##### Provided entries #####

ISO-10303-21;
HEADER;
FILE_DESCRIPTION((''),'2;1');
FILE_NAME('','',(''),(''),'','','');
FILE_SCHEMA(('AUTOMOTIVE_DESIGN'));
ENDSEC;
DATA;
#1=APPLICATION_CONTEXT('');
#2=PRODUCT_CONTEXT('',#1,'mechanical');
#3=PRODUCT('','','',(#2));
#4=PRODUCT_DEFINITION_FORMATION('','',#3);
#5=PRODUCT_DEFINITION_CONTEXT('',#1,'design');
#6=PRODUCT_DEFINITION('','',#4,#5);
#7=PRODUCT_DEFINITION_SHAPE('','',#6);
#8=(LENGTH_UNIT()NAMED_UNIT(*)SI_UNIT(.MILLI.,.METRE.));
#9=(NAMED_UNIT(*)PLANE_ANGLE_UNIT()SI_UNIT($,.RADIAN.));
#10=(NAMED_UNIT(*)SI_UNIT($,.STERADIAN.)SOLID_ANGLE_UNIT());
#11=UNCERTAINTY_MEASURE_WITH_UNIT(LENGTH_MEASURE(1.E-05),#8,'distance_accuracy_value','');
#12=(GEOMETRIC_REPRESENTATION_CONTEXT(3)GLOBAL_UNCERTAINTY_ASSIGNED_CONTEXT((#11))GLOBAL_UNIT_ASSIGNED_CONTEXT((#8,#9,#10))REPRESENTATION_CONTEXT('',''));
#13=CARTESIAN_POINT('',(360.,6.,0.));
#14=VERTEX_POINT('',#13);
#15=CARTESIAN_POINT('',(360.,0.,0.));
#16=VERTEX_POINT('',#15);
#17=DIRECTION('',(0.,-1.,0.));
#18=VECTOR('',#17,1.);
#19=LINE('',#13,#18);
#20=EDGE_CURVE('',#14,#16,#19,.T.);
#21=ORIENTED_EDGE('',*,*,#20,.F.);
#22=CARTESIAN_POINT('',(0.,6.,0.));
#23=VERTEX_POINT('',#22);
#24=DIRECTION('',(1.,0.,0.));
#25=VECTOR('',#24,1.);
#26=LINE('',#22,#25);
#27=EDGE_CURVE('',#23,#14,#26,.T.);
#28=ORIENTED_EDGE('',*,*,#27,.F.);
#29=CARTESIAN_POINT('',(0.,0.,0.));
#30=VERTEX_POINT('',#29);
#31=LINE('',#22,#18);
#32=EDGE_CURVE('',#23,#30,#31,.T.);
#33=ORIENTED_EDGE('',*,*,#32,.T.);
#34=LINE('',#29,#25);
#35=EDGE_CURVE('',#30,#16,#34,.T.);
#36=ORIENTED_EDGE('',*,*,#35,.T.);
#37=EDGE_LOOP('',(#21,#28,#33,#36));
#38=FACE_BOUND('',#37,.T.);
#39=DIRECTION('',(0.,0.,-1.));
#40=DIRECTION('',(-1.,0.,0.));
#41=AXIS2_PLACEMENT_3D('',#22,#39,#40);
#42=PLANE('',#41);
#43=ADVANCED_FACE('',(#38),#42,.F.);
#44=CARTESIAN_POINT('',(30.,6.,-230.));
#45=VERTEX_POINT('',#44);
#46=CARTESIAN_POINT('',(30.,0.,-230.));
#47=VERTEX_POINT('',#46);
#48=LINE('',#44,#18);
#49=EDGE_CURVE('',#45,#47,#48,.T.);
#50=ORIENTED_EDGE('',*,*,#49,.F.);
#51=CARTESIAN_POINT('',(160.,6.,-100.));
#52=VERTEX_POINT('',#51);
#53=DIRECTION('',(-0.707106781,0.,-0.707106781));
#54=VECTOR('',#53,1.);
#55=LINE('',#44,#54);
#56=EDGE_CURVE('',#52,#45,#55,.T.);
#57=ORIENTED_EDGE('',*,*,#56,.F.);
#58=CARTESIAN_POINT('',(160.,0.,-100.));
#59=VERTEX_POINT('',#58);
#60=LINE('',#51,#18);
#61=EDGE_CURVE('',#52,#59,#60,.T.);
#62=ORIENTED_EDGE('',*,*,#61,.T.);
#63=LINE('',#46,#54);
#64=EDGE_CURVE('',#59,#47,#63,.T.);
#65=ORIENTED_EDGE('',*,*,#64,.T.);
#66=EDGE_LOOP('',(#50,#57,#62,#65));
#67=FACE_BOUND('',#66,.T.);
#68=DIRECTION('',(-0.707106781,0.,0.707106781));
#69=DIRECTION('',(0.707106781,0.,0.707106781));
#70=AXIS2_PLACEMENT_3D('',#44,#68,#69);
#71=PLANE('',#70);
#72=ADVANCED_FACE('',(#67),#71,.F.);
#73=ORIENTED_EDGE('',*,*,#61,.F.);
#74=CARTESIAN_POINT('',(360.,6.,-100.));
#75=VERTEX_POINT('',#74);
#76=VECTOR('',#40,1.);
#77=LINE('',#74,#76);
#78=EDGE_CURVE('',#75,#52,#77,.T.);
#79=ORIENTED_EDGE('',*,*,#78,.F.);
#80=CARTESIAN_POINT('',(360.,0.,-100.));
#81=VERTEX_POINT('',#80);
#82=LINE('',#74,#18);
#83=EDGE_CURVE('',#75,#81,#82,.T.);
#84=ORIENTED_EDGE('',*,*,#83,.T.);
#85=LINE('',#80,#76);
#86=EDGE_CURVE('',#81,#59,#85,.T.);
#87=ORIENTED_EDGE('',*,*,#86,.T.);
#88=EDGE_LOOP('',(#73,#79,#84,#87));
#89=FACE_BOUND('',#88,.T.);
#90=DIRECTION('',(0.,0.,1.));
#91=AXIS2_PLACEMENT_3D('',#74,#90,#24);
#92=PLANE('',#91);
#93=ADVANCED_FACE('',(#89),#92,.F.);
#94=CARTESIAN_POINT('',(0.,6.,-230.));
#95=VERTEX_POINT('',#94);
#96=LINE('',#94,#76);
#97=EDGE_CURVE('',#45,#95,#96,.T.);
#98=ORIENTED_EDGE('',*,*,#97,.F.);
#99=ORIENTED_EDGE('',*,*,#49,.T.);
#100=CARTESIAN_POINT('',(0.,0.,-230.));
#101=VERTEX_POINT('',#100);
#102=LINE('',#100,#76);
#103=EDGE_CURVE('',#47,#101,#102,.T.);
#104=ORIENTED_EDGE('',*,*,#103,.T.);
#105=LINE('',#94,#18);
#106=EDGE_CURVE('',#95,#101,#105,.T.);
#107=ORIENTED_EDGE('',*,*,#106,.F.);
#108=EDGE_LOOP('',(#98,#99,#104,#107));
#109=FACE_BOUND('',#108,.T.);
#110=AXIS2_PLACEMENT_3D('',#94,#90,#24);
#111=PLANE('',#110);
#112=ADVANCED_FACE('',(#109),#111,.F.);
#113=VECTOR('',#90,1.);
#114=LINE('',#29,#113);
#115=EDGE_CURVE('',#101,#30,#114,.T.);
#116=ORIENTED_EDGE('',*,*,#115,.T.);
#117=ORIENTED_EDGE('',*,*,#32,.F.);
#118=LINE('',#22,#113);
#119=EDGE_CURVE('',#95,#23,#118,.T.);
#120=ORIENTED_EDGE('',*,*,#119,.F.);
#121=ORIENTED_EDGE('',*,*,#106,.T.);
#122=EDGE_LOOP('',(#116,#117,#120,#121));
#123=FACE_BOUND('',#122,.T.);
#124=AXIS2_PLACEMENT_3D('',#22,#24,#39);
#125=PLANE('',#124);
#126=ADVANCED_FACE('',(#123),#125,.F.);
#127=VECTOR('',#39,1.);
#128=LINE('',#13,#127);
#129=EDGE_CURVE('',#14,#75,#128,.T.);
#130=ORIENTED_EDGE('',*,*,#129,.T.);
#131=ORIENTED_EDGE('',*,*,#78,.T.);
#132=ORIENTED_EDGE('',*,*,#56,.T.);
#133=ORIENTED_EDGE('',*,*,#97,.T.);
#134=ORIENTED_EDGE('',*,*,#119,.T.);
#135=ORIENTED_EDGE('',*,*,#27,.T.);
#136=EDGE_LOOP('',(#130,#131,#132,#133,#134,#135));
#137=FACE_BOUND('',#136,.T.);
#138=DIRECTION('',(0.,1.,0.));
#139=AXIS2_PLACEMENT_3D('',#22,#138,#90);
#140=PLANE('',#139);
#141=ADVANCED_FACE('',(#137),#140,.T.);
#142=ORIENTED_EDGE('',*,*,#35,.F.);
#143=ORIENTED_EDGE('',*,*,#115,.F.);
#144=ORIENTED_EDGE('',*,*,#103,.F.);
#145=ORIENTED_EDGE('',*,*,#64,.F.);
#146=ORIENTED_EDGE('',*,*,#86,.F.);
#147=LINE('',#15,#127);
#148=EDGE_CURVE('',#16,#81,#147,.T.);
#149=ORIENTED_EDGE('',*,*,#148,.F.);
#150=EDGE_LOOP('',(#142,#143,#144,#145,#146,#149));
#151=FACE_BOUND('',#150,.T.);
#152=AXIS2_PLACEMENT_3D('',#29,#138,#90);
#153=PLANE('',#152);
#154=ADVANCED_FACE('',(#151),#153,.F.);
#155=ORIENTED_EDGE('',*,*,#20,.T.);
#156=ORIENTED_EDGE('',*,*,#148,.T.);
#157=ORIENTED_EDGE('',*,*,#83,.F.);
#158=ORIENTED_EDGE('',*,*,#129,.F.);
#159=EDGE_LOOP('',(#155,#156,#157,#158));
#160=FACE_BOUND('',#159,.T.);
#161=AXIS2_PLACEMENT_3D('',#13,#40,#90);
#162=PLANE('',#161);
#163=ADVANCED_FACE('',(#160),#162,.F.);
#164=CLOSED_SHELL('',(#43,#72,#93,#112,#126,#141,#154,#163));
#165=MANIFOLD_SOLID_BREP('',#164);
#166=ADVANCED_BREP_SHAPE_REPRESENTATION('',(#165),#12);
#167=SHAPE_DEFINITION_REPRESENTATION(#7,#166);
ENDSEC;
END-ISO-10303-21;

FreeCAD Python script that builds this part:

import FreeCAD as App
import Part
import Sketcher


def add_polygon(sketch, points):
    """Adds a closed chain of lines whose ends are joined by coincident constraints."""
    first, n = sketch.GeometryCount, len(points)
    for a, b in zip(points, points[1:] + points[:1]):
        sketch.addGeometry(Part.LineSegment(App.Vector(*a, 0), App.Vector(*b, 0)), False)
    for i in range(n):
        sketch.addConstraint(Sketcher.Constraint("Coincident", first + i, 2, first + (i + 1) % n, 1))

doc = App.newDocument("Part")
body = doc.addObject("PartDesign::Body", "Body")

# Sketch on XZ plane
sketch1 = doc.addObject("Sketcher::SketchObject", "Sketch")
body.addObject(sketch1)
sketch1.AttachmentSupport = (doc.XZ_Plane, [""])
sketch1.MapMode = "FlatFace"
add_polygon(sketch1, [(0, -230), (0, 0), (360, 0), (360, -100), (160, -100), (30, -230)])  # lines 0-5
sketch1.addConstraint(Sketcher.Constraint("Vertical", 0))
sketch1.addConstraint(Sketcher.Constraint("Horizontal", 1))
sketch1.addConstraint(Sketcher.Constraint("Vertical", 2))
sketch1.addConstraint(Sketcher.Constraint("Horizontal", 3))
sketch1.addConstraint(Sketcher.Constraint("Horizontal", 5))
sketch1.addConstraint(Sketcher.Constraint("Coincident", 0, 2, -1, 1))
sketch1.addConstraint(Sketcher.Constraint("DistanceX", 1, 1, 1, 2, 360.0))
sketch1.addConstraint(Sketcher.Constraint("DistanceX", 3, 2, 3, 1, 200.0))
sketch1.addConstraint(Sketcher.Constraint("DistanceX", 5, 2, 5, 1, 30.0))
sketch1.addConstraint(Sketcher.Constraint("DistanceY", 0, 1, 0, 2, 230.0))
sketch1.addConstraint(Sketcher.Constraint("DistanceY", 2, 2, 2, 1, 100.0))
pad1 = doc.addObject("PartDesign::Pad", "Pad")
body.addObject(pad1)
pad1.Profile = sketch1
pad1.Length = 6
pad1.Reversed = True

doc.recompute()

#####

→ **Action item**: Both end lines included, restate word for word the lines above from the line with "#145=ORIENTED_EDGE('',*,*,#64,.F.);" to the line with "#151=FACE_BOUND('',#150,.T.);", and nothing else.

→ **Reply to the exercise**:
#145=ORIENTED_EDGE('',*,*,#64,.F.);
#146=ORIENTED_EDGE('',*,*,#86,.F.);
#147=LINE('',#15,#127);
#148=EDGE_CURVE('',#16,#81,#147,.T.);
#149=ORIENTED_EDGE('',*,*,#148,.F.);
#150=EDGE_LOOP('',(#142,#143,#144,#145,#146,#149));
#151=FACE_BOUND('',#150,.T.);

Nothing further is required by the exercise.